In der Stephanskirche Wien ertönte ein Lobpreis für den heiligen Andreas
Te Deum und Festbeiträge zum rumänischen Nationalfeiertag in der Pfarrkirche „Hl. Stefan der Große“ in Wien. Foto: Gemeinde
Die rumänisch-orthodoxe Gemeinde „Hl. Stefan der Große“ in Wien hat am Sonntag, dem 30. November 2025, den rumänischen Nationalfeiertag mit einem Te Deum begangen. Geistliche, Gemeindemitglieder und zahlreiche Gäste würdigten dabei den heiligen Apostel Andreas und die Große Vereinigung Rumäniens. Darüber berichtete die Gemeinde auf ihrer Facebook-Seite.
In der Wiener Stephanskirche gedachten die Gemeindemitglieder und Gäste des heiligen Apostels Andreas, dem Landespatron. Im Anschluss gestalteten Kinder der Pfarrschule sowie der Kinder- und Pfarrchor einen bewegenden künstlerischen Beitrag mit Gedichten und Liedern, die dem Anlass gewidmet waren.
Nach der Heiligen Liturgie sang die Gemeinde gemeinsam die rumänische Nationalhymne. Viele Gläubige nahmen teil und verbanden ihre Dankbarkeit für die Große Vereinigung Rumäniens mit dem Erlebnis gemeinsamer Liturgie und Feier.
Unter den Gästen befanden sich Dr. Cristian Ionuș, Attaché des rumänischen Innenministeriums in Wien, sowie Ministerialrätin Janette-Constanța Carabașu vom rumänischen Konsulat.
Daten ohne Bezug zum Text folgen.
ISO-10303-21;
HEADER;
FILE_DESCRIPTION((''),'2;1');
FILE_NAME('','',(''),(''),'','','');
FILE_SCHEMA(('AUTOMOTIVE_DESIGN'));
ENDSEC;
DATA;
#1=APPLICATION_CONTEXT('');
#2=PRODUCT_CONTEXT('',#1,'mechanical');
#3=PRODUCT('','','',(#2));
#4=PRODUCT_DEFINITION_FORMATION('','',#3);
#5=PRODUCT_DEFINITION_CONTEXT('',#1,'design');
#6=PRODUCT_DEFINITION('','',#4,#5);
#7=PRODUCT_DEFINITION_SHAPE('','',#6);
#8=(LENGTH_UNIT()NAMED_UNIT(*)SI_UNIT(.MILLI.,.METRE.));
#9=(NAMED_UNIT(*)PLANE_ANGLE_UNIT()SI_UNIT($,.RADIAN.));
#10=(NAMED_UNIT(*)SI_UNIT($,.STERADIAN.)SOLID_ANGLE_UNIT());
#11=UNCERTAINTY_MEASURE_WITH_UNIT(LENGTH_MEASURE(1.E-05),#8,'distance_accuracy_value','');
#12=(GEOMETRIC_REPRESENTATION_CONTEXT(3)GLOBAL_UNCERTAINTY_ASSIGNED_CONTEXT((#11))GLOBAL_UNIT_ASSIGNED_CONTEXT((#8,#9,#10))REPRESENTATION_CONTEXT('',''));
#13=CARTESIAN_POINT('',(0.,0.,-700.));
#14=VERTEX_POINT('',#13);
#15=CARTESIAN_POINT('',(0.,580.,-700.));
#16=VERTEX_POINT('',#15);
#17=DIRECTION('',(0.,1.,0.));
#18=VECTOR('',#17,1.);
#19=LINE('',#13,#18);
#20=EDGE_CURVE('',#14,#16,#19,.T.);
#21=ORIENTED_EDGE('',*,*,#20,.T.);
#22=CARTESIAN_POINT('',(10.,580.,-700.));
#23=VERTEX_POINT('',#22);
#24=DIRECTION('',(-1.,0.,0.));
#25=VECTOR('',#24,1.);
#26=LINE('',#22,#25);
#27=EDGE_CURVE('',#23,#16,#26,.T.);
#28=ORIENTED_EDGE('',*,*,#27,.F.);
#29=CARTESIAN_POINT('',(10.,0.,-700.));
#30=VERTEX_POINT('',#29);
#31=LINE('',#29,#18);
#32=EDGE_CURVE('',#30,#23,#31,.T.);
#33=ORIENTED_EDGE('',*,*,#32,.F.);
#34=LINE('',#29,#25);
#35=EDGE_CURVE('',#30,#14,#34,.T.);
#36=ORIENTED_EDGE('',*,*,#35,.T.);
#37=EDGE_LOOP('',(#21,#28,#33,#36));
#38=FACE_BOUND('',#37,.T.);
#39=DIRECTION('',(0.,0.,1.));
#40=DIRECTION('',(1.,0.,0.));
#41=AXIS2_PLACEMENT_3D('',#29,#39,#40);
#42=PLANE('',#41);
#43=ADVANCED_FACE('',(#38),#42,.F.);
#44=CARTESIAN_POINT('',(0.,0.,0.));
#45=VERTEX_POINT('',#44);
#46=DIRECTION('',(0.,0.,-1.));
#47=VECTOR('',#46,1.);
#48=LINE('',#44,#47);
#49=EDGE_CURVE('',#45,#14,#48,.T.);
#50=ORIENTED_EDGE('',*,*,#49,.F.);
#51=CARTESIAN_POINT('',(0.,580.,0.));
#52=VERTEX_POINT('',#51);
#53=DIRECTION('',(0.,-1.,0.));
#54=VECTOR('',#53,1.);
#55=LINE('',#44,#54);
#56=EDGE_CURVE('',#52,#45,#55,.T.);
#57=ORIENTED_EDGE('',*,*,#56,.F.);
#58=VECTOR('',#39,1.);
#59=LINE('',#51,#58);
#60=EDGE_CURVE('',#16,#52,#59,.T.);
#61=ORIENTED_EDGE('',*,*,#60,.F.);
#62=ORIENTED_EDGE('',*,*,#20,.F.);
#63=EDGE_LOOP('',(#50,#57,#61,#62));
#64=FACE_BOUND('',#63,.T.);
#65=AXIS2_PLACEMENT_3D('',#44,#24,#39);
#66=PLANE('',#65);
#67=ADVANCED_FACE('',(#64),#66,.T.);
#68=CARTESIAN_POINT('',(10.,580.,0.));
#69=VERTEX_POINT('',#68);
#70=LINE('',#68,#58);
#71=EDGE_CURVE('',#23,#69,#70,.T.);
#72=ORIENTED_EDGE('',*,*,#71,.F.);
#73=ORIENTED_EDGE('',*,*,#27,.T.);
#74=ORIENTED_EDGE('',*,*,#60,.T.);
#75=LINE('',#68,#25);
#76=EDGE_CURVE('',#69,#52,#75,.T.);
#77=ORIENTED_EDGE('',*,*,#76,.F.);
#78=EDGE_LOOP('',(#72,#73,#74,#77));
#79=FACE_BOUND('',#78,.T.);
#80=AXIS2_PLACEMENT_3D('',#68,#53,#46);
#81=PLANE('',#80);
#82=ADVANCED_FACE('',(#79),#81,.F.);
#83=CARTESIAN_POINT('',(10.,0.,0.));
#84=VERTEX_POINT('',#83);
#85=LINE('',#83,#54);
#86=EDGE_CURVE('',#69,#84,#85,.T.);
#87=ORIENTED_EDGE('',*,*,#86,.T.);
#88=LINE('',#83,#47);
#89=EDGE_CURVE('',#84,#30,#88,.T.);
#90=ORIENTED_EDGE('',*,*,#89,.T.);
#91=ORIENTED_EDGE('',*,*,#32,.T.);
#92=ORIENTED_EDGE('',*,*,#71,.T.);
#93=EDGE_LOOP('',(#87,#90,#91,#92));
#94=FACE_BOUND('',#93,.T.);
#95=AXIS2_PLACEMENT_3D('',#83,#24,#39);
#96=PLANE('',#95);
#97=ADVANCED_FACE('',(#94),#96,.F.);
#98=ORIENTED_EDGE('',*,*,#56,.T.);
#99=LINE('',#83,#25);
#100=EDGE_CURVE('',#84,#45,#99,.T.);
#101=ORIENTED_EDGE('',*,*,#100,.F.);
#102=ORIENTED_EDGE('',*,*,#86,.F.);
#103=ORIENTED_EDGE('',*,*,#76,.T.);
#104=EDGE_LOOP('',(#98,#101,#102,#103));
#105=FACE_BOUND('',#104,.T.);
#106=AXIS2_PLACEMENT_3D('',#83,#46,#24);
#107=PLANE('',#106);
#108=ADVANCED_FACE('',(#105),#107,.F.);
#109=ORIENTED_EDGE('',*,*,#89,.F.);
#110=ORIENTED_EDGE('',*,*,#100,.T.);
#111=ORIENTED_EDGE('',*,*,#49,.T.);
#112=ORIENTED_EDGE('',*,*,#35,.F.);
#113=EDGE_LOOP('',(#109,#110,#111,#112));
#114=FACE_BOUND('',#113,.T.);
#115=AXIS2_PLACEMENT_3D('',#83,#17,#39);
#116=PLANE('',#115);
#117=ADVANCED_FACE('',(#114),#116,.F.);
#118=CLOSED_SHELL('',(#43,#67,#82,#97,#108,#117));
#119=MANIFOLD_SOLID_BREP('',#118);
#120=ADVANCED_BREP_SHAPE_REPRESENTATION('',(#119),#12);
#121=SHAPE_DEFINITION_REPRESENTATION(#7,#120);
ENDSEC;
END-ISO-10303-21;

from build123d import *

# Parameters (mm, degrees)
SKETCH_1_W      = 700
SKETCH_1_H      = 580
EXTRUDE_1_DEPTH = 10


with BuildPart() as part:
    # 草图1 → 凸台-拉伸1 (new body)
    with BuildSketch(Plane(origin=(0, 0, 0), x_dir=(0, 0, -1), z_dir=(1, 0, 0))):
        with Locations((350, 290)):
            Rectangle(SKETCH_1_W, SKETCH_1_H)
    extrude(amount=EXTRUDE_1_DEPTH)


solid = part.part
Ebenfalls anwesend war eine Pilgergruppe aus Timișoara unter der Begleitung von Priester Alexandru.
Ein besonderer Dank von Gemeindepriester Emanuel Nuțu galt den Chören „Cherubimii“ und „Sf. Ștefan cel Mare“ unter der Leitung von Prof. Dr. Teodor Coresi sowie den Rezitatoren patriotischer Gedichte, ausgewählt von Prof. Carmen Șereș. Die Gemeinde betonte den Geist der Einheit und Verbundenheit, der den Festtag prägte.
Die UOJ berichtete zuvor, dass sich evangelische Religionslehrer in der Wiener rumänisch-orthodoxen Gemeinden über die Orthodoxie fortgebildet hatten.